[Task description]:
For this exercise, reproduce the entries below exactly, but only from the line containing "face TORUS(AX(P(-10.25,0,0),D(-1,0,0),D(0,0,1)),2.3,0.25) [-e2]" through the line containing "e11 v11 v11", both included.

_ _ _

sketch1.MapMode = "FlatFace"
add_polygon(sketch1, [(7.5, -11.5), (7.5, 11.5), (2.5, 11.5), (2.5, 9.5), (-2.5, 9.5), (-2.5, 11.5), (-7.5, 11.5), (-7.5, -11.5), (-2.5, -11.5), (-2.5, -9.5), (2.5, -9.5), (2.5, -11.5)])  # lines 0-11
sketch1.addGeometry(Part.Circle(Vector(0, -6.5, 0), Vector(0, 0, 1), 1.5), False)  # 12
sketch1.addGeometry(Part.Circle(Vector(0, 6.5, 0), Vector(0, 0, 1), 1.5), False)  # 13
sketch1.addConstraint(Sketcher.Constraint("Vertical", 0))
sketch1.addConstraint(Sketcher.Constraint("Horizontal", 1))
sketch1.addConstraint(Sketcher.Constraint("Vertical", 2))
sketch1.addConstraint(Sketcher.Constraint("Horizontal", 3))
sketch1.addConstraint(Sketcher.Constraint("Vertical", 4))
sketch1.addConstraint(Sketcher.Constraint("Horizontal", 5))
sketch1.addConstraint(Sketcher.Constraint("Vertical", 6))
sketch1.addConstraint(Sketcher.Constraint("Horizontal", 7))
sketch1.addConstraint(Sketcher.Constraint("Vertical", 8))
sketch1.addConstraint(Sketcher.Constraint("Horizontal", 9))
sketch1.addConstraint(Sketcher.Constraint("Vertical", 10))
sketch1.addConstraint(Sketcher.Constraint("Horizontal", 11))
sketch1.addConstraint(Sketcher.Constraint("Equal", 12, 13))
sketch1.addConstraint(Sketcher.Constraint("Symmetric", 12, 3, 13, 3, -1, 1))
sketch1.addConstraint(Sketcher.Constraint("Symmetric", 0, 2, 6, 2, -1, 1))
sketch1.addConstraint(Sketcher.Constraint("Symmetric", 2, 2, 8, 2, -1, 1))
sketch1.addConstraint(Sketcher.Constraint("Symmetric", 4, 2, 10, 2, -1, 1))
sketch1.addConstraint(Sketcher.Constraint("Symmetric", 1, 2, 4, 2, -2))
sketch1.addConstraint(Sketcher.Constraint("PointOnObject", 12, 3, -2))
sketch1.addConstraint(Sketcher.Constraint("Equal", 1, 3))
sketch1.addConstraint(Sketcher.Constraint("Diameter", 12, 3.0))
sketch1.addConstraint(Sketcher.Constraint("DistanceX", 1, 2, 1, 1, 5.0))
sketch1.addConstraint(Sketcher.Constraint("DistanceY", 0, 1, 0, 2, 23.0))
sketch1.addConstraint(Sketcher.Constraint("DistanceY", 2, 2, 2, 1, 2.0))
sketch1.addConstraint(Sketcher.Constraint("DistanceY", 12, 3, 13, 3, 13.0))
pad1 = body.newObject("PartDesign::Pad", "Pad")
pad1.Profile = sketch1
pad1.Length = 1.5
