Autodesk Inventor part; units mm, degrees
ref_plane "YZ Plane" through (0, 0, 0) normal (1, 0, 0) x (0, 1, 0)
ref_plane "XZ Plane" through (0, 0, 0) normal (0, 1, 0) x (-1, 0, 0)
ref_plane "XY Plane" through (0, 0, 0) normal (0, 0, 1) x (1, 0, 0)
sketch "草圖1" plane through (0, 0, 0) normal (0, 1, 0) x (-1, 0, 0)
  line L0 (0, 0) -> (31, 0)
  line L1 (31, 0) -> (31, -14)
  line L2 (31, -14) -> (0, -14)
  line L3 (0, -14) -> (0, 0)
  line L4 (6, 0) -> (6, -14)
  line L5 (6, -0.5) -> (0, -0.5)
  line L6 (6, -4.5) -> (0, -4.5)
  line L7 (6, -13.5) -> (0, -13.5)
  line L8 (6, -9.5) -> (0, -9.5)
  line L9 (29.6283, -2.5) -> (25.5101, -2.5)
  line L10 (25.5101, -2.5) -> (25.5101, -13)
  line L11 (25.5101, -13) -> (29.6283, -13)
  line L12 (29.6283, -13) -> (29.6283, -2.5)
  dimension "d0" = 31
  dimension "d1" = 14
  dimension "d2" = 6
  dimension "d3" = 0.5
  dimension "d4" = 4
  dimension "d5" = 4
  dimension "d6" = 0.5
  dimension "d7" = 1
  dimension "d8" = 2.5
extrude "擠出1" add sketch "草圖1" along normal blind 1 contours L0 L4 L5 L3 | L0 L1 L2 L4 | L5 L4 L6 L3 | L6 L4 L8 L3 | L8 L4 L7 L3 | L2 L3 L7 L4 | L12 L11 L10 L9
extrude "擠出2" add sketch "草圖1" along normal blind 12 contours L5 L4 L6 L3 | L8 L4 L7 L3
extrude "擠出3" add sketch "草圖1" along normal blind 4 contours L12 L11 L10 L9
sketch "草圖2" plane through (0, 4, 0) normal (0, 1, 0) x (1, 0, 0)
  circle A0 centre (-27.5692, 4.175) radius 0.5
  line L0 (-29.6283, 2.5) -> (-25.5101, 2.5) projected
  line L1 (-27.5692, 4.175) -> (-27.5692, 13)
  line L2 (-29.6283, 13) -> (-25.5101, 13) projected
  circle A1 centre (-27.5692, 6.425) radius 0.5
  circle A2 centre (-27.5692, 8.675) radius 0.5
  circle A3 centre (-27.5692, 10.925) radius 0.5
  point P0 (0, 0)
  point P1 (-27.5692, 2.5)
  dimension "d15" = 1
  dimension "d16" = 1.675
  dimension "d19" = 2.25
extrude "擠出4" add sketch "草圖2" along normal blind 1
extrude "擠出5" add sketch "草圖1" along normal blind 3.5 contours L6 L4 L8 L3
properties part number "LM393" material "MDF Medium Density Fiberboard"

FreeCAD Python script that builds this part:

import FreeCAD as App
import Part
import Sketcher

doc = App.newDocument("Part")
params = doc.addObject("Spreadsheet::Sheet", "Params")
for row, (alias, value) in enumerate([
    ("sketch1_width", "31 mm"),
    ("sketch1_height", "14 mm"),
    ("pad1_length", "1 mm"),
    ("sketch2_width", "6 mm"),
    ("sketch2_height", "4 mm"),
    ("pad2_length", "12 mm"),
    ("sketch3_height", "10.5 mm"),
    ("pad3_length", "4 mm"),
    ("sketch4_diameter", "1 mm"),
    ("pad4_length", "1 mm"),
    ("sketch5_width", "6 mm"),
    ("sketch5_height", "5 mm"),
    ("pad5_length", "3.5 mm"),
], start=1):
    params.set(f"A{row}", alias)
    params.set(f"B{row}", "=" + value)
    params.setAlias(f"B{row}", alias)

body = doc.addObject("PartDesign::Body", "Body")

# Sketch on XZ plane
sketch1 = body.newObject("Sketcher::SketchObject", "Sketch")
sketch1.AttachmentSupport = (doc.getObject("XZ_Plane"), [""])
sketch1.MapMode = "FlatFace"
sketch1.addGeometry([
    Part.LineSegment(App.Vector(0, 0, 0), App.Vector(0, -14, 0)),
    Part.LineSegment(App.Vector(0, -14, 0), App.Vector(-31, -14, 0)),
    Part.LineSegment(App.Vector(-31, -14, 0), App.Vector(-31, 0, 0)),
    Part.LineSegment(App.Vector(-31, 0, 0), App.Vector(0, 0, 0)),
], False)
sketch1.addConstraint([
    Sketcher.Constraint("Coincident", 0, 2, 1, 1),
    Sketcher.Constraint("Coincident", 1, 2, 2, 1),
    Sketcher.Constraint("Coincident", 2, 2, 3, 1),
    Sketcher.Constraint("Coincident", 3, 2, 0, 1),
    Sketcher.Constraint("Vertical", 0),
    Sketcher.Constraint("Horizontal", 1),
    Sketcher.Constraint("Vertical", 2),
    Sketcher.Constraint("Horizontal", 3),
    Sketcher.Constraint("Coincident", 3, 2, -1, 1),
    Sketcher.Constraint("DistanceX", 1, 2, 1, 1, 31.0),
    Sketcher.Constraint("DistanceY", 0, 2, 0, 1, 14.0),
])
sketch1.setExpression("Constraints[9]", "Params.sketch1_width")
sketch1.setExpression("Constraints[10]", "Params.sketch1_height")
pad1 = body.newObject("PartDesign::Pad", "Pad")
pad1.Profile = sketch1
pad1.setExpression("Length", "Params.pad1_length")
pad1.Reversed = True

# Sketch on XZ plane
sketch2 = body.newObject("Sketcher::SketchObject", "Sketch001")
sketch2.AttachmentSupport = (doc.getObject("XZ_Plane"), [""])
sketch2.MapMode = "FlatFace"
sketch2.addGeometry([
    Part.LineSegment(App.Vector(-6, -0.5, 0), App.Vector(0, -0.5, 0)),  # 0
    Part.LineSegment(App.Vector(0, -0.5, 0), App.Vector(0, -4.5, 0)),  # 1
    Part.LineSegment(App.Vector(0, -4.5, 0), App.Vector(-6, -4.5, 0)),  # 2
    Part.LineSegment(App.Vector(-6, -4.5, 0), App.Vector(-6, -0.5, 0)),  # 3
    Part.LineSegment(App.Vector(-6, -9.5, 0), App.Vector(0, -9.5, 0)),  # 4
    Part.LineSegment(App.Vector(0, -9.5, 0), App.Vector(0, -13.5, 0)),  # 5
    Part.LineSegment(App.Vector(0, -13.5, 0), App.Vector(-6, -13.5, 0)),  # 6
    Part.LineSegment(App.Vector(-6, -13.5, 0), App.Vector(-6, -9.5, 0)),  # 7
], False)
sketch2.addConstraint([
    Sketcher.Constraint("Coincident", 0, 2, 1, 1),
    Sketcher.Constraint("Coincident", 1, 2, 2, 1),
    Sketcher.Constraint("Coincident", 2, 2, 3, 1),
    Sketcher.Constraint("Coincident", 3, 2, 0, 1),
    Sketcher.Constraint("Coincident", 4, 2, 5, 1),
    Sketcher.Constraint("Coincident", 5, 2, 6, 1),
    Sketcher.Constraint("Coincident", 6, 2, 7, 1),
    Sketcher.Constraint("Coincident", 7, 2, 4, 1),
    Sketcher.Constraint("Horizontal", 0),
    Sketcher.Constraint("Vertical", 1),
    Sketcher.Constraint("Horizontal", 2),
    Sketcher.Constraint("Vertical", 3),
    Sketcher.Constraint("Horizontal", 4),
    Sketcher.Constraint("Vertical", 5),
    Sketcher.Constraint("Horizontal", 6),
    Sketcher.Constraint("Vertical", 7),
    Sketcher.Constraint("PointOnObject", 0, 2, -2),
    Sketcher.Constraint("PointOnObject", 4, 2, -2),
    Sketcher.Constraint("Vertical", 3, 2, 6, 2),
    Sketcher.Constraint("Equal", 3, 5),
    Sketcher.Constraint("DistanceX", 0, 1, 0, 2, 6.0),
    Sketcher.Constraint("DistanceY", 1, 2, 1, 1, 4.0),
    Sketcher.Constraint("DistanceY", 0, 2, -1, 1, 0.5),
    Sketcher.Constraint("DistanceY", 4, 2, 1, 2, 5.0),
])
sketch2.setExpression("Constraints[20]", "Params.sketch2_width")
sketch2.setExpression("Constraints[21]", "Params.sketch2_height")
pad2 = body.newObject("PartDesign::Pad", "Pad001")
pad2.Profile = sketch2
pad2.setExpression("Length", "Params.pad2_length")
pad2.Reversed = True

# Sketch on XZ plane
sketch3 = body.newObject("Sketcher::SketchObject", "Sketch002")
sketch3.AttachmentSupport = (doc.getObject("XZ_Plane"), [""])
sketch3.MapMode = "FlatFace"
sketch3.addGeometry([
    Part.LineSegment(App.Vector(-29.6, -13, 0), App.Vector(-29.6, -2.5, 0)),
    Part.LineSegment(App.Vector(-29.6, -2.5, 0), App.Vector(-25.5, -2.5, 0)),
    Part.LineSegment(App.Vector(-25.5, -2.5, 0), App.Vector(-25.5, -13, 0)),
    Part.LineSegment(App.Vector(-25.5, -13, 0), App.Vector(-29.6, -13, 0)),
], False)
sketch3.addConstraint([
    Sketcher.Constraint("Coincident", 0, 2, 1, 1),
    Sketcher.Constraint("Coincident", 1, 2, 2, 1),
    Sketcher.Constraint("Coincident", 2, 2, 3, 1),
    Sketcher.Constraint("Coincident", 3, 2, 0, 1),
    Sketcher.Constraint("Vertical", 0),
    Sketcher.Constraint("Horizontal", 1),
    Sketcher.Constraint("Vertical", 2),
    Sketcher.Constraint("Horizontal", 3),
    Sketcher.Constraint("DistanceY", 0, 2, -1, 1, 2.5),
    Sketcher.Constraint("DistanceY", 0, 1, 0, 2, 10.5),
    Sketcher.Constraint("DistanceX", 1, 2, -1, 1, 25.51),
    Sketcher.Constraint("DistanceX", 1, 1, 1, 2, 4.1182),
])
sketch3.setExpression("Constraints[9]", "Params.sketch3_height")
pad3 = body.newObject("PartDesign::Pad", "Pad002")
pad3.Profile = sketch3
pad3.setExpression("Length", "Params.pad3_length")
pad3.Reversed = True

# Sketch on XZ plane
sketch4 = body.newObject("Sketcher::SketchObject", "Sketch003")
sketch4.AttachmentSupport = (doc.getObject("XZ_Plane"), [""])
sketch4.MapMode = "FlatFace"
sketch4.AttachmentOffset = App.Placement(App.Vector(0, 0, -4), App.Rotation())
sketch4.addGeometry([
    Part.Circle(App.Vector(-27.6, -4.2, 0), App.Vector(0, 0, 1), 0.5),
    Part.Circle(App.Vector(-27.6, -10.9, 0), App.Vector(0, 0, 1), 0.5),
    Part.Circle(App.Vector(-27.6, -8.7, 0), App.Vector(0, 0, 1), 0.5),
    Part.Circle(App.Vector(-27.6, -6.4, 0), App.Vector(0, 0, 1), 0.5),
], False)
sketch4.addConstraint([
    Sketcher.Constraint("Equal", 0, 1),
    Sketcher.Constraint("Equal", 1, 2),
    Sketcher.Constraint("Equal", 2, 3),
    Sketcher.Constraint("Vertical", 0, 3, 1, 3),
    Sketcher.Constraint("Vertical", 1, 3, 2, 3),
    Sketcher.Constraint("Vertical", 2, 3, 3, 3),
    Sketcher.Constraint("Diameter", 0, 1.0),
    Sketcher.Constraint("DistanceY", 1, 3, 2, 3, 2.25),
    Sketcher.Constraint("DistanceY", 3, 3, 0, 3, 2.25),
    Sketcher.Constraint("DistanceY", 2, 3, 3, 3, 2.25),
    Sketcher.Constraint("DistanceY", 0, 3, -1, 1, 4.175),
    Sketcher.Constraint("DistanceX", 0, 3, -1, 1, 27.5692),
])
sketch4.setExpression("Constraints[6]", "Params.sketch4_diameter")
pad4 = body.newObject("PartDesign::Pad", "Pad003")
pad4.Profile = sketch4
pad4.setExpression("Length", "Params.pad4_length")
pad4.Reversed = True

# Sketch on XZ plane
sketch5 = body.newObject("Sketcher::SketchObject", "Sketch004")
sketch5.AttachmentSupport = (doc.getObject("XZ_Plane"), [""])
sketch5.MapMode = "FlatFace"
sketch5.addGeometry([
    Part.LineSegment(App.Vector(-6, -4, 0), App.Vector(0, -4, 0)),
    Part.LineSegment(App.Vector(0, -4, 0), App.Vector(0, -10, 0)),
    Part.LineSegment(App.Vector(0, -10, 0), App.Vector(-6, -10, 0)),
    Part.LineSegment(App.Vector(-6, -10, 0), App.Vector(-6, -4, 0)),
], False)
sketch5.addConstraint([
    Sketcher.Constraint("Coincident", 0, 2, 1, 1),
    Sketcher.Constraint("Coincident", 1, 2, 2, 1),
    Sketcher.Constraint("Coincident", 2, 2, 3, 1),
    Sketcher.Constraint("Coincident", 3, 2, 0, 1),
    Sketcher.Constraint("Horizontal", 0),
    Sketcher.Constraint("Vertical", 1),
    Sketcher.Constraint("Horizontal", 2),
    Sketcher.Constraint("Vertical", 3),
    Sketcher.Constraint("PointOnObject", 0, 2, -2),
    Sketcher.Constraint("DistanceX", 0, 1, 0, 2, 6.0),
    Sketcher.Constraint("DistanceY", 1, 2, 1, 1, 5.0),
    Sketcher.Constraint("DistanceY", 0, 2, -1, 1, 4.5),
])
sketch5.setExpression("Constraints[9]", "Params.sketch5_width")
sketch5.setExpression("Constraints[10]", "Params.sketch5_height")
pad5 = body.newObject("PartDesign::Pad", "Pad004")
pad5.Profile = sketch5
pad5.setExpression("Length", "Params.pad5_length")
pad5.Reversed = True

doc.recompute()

_ _ _

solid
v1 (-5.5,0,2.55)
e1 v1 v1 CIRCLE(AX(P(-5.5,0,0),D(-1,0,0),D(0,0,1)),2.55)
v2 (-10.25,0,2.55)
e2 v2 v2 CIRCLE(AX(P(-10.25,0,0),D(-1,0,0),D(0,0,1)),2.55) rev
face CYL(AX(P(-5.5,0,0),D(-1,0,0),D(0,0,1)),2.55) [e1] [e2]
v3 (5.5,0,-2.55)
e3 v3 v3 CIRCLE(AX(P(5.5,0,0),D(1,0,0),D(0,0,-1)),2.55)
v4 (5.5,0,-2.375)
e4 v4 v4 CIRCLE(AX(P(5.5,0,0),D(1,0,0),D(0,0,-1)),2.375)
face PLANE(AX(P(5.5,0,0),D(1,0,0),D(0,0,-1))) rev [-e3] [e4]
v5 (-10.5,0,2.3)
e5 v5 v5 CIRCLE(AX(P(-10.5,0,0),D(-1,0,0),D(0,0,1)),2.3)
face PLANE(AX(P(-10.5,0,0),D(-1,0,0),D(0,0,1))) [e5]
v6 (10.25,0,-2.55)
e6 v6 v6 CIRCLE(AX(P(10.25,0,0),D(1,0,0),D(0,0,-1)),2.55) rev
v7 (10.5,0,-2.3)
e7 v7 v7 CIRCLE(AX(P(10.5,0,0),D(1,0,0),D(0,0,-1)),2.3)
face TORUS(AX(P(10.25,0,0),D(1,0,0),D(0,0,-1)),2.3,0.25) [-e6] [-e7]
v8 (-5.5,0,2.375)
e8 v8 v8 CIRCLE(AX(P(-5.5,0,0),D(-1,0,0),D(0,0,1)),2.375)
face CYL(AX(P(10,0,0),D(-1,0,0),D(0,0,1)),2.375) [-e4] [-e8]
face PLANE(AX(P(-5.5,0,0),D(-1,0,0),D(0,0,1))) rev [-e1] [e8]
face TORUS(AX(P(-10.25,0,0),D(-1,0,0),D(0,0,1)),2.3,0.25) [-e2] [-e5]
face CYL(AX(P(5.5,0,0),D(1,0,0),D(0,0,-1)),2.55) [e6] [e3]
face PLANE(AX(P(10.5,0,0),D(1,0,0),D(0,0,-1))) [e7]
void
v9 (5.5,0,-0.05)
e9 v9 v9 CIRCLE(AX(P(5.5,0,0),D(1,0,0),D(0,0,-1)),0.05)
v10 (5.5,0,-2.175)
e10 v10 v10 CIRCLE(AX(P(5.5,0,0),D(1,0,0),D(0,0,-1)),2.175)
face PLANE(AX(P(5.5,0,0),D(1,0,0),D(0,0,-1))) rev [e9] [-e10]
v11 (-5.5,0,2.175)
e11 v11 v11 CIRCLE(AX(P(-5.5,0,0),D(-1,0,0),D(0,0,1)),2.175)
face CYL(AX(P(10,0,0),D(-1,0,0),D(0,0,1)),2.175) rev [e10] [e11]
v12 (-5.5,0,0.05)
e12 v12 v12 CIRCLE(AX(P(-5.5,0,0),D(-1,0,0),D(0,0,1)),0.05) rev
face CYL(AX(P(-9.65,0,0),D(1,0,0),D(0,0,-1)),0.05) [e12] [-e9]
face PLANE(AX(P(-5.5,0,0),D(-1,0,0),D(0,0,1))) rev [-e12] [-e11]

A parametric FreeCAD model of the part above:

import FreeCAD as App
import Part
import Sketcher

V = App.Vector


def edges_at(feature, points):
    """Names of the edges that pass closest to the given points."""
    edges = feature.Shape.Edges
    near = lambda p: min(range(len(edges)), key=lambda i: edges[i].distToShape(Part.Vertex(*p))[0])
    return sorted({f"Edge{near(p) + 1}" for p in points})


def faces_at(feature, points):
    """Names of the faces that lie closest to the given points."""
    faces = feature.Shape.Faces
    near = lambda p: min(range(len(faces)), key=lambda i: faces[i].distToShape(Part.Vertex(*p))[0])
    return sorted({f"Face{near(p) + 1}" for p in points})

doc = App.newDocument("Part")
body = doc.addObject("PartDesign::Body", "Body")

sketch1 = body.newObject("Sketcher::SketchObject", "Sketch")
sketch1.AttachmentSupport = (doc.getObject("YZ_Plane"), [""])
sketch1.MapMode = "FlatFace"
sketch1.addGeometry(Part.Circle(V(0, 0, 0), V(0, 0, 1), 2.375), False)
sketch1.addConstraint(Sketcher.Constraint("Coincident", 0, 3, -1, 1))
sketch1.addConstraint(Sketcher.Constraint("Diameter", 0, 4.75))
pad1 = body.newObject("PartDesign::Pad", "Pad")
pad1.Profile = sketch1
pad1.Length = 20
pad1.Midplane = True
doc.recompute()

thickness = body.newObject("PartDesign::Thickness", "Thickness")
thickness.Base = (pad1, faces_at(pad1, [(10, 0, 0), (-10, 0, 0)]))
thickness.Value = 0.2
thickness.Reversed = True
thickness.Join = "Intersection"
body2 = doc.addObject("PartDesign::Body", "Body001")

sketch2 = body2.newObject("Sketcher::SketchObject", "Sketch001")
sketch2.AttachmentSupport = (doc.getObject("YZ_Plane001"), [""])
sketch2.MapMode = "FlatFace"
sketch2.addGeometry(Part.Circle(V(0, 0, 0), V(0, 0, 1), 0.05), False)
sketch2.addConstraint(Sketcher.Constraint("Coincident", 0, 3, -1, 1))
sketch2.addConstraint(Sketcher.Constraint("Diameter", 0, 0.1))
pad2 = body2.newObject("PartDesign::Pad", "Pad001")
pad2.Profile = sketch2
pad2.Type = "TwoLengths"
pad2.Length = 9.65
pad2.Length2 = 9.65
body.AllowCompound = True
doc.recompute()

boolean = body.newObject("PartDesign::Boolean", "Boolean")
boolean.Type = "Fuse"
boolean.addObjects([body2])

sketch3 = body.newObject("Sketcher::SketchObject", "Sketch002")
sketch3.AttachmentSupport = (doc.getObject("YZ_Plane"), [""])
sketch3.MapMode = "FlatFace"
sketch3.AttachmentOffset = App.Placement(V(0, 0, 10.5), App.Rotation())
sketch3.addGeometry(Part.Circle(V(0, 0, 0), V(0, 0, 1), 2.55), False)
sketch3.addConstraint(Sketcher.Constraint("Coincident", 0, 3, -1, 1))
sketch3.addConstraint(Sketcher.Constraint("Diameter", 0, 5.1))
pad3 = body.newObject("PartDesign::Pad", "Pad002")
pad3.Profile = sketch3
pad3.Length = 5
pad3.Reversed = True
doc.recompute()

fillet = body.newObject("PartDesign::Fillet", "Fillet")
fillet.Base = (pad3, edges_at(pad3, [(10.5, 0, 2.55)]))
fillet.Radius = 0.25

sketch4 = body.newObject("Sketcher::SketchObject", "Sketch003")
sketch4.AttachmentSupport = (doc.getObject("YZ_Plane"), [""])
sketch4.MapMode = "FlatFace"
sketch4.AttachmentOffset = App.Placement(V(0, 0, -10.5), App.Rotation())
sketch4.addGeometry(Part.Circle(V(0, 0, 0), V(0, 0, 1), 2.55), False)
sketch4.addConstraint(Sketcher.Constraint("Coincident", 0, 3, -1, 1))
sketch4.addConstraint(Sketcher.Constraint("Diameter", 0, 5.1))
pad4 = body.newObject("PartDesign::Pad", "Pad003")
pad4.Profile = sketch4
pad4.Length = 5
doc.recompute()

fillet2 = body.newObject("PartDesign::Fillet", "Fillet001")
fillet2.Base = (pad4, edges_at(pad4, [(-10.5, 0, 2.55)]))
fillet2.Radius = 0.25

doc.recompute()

_ _ _

[Response to the exercise]:
face TORUS(AX(P(-10.25,0,0),D(-1,0,0),D(0,0,1)),2.3,0.25) [-e2] [-e5]
face CYL(AX(P(5.5,0,0),D(1,0,0),D(0,0,-1)),2.55) [e6] [e3]
face PLANE(AX(P(10.5,0,0),D(1,0,0),D(0,0,-1))) [e7]
void
v9 (5.5,0,-0.05)
e9 v9 v9 CIRCLE(AX(P(5.5,0,0),D(1,0,0),D(0,0,-1)),0.05)
v10 (5.5,0,-2.175)
e10 v10 v10 CIRCLE(AX(P(5.5,0,0),D(1,0,0),D(0,0,-1)),2.175)
face PLANE(AX(P(5.5,0,0),D(1,0,0),D(0,0,-1))) rev [e9] [-e10]
v11 (-5.5,0,2.175)
e11 v11 v11 CIRCLE(AX(P(-5.5,0,0),D(-1,0,0),D(0,0,1)),2.175)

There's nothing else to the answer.